I've mentioned before about changing the bearing size to expose different parts of the roundover bit. This closeup really helps to illustrate that point.







The small bearing is inside the straight cutting portion of the carbide. If I put back the 1/2" bearing then I would be back to the smooth transition roundover.


----------



## rwyoung (Aug 3, 2008)

*Upper face frame attached*

All I had on the docket for tonight was to get the upper face frame glued on and the necessary cleanup. Done. Nothing more complicated than doing a dry fit to prep the clamps and glue that puppy down. The clamps I'm using have heads sized so that a 2x4 can be used to lift workpieces and clear the head of the clamp. 









Notice the glue run near the center of the side. Not a big deal, I caught as much as possible. The rest gets scraped and sanded when the clamps are off. Easy peasy.










And here it is standing up again plus a small closeup.

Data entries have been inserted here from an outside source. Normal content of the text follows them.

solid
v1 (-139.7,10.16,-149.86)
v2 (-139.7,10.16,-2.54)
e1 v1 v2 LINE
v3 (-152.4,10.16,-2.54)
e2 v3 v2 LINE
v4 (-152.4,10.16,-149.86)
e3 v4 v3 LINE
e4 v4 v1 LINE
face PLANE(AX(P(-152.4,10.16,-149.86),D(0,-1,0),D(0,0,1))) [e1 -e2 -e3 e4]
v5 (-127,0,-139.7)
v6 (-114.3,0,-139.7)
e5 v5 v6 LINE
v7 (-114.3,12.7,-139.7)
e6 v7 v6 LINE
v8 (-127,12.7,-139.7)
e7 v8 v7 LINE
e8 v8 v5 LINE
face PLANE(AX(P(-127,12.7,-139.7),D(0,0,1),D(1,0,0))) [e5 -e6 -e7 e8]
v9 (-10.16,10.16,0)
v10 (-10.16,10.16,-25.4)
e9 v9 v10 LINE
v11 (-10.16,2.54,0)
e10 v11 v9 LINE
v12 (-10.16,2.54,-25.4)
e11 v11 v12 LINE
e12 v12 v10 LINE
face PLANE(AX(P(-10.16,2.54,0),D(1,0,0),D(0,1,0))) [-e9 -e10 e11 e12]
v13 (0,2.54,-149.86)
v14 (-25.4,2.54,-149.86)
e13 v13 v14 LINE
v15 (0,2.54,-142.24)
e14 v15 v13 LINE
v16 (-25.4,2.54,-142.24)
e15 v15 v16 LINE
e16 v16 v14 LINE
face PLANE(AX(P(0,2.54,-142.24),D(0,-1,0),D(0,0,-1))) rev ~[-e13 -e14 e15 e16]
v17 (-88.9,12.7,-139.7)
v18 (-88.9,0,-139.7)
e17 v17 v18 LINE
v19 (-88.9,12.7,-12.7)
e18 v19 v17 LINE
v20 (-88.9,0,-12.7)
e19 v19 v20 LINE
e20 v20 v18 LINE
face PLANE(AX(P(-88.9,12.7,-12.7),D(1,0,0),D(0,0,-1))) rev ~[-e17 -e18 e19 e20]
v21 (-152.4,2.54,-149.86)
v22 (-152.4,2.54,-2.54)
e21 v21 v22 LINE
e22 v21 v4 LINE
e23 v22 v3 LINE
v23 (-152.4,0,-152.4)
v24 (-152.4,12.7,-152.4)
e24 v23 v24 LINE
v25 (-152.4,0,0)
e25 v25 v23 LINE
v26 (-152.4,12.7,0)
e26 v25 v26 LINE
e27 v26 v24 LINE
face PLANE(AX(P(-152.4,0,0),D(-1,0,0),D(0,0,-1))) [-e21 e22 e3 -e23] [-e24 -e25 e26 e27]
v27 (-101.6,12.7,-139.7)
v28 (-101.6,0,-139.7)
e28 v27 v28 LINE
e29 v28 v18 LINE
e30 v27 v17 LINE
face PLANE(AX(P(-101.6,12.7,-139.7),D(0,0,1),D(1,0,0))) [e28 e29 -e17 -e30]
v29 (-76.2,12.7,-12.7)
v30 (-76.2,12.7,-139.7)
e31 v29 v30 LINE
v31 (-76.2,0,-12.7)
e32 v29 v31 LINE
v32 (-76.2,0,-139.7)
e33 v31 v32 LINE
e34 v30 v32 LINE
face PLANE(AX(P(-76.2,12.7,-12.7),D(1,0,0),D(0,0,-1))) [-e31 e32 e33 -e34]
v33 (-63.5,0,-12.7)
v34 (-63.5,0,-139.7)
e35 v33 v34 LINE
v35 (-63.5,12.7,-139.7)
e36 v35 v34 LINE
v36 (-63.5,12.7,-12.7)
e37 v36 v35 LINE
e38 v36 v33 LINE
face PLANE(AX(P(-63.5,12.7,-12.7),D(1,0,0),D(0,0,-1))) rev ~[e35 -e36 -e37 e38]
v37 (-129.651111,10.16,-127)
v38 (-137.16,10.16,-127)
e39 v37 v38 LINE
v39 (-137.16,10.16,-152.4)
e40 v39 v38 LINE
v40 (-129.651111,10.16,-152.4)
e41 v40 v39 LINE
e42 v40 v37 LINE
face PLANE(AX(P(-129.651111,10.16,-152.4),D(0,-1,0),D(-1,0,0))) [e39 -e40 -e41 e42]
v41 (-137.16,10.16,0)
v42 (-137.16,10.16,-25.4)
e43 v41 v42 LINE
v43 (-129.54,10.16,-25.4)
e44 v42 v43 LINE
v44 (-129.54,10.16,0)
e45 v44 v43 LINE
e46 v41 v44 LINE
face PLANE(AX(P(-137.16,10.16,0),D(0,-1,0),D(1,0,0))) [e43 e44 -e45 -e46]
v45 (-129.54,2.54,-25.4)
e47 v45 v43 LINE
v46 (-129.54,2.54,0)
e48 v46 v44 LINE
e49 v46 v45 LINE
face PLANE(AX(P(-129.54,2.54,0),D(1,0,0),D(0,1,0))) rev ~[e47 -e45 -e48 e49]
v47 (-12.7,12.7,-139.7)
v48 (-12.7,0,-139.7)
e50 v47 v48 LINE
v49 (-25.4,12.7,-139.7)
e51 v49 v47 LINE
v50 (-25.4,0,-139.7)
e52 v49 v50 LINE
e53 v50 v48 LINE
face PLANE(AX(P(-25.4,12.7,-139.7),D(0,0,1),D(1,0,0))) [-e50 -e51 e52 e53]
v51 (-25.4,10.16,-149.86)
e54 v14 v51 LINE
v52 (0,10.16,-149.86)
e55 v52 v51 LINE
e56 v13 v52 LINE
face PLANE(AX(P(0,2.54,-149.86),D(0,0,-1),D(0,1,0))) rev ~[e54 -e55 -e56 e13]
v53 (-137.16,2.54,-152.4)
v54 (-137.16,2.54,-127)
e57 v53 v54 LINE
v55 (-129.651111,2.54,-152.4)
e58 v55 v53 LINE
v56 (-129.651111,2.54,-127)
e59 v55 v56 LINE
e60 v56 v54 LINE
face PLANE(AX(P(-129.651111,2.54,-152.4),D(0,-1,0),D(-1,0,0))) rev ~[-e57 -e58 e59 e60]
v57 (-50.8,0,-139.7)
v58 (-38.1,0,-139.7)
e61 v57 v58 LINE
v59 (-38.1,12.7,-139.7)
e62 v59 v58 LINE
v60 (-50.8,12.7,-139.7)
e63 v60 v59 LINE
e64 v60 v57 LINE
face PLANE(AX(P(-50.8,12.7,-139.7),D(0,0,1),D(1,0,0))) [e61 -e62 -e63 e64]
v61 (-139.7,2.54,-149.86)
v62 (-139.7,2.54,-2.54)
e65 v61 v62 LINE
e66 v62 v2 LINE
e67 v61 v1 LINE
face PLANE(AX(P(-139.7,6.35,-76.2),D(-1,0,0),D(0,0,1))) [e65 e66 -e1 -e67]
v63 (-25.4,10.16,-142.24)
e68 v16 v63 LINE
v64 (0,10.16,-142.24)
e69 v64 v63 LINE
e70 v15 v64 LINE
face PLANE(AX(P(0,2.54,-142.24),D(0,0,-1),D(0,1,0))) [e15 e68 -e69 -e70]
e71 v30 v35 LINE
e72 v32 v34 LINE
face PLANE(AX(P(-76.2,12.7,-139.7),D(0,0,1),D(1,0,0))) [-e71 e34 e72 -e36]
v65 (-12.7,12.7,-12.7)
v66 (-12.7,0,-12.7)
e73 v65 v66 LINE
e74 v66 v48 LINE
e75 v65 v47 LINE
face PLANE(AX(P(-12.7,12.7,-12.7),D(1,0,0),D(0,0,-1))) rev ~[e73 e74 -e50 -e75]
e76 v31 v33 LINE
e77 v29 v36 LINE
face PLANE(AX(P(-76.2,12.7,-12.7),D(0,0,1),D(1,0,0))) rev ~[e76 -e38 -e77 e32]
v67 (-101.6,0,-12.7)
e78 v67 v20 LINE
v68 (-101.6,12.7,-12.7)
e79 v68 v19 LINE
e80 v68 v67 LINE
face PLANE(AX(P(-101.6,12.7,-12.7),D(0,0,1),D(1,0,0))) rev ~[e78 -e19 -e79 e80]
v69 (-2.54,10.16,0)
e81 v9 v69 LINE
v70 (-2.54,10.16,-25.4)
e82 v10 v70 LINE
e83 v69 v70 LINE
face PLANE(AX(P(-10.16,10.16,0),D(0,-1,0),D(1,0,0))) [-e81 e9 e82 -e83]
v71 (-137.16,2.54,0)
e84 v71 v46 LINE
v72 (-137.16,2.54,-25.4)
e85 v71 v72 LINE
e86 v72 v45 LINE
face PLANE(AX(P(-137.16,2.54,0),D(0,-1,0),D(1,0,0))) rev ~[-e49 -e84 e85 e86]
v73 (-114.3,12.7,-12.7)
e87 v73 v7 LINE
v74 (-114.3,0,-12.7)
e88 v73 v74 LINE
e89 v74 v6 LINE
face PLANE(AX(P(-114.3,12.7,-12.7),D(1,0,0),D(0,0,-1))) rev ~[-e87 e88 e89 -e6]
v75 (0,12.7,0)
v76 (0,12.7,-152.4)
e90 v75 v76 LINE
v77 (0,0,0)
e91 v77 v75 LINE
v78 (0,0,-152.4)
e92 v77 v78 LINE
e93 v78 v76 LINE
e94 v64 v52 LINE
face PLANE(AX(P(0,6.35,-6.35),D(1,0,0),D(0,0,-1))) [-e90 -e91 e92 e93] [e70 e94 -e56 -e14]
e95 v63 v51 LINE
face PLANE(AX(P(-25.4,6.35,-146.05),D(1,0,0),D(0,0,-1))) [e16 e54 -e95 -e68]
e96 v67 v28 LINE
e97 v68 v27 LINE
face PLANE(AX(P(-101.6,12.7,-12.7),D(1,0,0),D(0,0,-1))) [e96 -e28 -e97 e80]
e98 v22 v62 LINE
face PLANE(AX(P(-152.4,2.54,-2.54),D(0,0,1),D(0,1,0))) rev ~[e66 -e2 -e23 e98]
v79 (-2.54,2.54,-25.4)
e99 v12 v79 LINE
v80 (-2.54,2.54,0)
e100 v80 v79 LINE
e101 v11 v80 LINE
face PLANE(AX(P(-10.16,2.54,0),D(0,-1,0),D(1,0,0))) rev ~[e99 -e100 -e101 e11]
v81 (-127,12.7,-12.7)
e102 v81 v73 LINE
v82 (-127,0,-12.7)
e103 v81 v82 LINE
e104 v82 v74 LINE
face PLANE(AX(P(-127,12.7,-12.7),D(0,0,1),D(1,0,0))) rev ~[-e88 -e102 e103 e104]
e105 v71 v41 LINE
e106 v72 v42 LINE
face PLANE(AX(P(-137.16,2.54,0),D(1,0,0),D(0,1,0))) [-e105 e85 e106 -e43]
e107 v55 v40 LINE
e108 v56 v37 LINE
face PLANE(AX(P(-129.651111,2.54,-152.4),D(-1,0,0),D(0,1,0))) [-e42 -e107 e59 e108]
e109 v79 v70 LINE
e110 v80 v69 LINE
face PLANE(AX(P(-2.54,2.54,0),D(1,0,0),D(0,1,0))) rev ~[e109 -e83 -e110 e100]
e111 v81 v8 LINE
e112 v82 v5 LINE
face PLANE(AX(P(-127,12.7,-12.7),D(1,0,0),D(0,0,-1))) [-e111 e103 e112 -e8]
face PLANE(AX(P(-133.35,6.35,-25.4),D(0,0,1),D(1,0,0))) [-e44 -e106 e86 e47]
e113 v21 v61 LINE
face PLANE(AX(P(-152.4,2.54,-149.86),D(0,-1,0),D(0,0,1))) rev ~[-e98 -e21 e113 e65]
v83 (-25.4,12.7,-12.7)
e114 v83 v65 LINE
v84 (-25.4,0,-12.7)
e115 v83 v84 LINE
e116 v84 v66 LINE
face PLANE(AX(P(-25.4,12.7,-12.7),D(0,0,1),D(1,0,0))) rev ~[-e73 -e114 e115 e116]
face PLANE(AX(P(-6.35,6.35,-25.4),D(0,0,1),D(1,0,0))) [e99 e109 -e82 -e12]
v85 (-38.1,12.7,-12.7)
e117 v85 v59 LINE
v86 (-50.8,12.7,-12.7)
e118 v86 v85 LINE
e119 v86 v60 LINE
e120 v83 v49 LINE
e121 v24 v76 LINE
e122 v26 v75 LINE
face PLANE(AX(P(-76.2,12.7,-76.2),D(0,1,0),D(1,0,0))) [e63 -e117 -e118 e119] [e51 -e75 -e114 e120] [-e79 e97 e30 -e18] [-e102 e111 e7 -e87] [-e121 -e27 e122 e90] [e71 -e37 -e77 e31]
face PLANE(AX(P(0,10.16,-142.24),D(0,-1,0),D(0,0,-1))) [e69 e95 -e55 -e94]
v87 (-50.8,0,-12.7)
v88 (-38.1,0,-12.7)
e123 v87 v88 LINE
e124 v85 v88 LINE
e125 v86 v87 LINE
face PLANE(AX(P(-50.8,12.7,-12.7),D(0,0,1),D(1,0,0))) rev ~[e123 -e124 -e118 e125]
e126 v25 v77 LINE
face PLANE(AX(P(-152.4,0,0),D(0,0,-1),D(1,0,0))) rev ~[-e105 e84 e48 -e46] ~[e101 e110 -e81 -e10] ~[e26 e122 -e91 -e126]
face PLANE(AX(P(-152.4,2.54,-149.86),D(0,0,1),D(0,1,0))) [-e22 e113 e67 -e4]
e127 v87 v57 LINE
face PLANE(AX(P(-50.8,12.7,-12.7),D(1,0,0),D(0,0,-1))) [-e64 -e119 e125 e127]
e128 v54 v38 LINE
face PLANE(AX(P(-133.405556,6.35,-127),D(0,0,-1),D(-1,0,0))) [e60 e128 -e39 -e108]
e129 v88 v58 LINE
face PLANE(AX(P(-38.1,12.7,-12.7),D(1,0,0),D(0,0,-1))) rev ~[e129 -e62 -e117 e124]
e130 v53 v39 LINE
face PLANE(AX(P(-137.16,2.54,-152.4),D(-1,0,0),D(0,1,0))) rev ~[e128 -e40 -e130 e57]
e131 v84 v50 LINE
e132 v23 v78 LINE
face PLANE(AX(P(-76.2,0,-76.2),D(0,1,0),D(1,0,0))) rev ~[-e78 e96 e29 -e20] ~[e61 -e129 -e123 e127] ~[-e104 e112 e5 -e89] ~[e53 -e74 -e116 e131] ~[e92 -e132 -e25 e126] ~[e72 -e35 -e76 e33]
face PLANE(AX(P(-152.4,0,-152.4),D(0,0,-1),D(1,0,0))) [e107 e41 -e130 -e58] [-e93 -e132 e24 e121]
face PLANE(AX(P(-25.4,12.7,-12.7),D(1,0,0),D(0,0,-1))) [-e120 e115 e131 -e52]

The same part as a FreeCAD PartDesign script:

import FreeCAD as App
import Part
import Sketcher
from FreeCAD import Vector
Q = App.Units.Quantity


def add_polygon(sketch, points):
    """Adds a closed chain of lines whose ends are joined by coincident constraints."""
    first, n = sketch.GeometryCount, len(points)
    for a, b in zip(points, points[1:] + points[:1]):
        sketch.addGeometry(Part.LineSegment(App.Vector(*a, 0), App.Vector(*b, 0)), False)
    for i in range(n):
        sketch.addConstraint(Sketcher.Constraint("Coincident", first + i, 2, first + (i + 1) % n, 1))

doc = App.newDocument("Part")
params = doc.addObject("Spreadsheet::Sheet", "Params")
for row, (alias, value) in enumerate([
    ("sketch1_width", "6 in"),
    ("pad1_length", "0.5 in"),
    ("sketch2_width", "0.3 in"),
    ("sketch2_height", "5.8 in"),
    ("pocket1_length", "0.5 in"),
    ("sketch3_height", "5 in"),
    ("sketch3_width", "0.5 in"),
    ("pocket2_length", "0.5 in"),
    ("sketch4_width", "0.3 in"),
    ("pocket3_length", "1 in"),
    ("sketch5_width", "0.3 in"),
    ("pocket4_length", "1 in"),
    ("sketch6_height", "0.3 in"),
    ("pocket5_length", "1 in"),
    ("sketch7_width", "0.3 in"),
    ("pad2_length", "1 in"),
    ("sketch8_width", "0.3 in"),
    ("pocket6_length", "1 in"),
], start=1):
    params.set(f"A{row}", alias)
    params.set(f"B{row}", "=" + value)
    params.setAlias(f"B{row}", alias)

body = doc.addObject("PartDesign::Body", "Body")

sketch1 = doc.addObject("Sketcher::SketchObject", "Sketch")
body.addObject(sketch1)
sketch1.AttachmentSupport = (doc.XZ_Plane, [""])
sketch1.MapMode = "FlatFace"
add_polygon(sketch1, [(-152.4, -152.4), (-152.4, 0), (0, 0), (0, -152.4)])
sketch1.addConstraint([
    Sketcher.Constraint("Vertical", 0),
    Sketcher.Constraint("Horizontal", 1),
    Sketcher.Constraint("Vertical", 2),
    Sketcher.Constraint("Horizontal", 3),
    Sketcher.Constraint("Coincident", 1, 2, -1, 1),
    Sketcher.Constraint("Equal", 3, 0),
    Sketcher.Constraint("DistanceX", 1, 1, 1, 2, Q("6 in")),
])
sketch1.setExpression("Constraints[10]", "Params.sketch1_width")
pad1 = doc.addObject("PartDesign::Pad", "Pad")
body.addObject(pad1)
pad1.Profile = sketch1
pad1.setExpression("Length", "Params.pad1_length")
pad1.Reversed = True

So, three parts left before painting begins. I need to make the trim for the top, make the door and cut boards for the back. I won't install the back before painting other than to lay in on for size. The back will be tongue-and-groove 1/2" boards. I'll leave it off until the painting is done to make things easier.


----------



## Dr.Zook (Sep 10, 2004)

Nice work and great pictures Rob.


----------



## xplorx4 (Dec 1, 2008)

To date this has been an awsom build and write-up. It would almost seem that it has taken at least as long to do the write-up as it has to do the actual build. Very good job.


----------



## Hamlin (Dec 25, 2005)

Hi Rob,

Excellent job. I can't wait to see it painted.


----------



## rwyoung (Aug 3, 2008)

*Molding stackup*

I don't own any giant molding bits. So if I'm going to make a reasonably large molding for the top of the cupboard, then I'm going to have to make it in smaller pieces and glue it together. Not as hard as it sounds.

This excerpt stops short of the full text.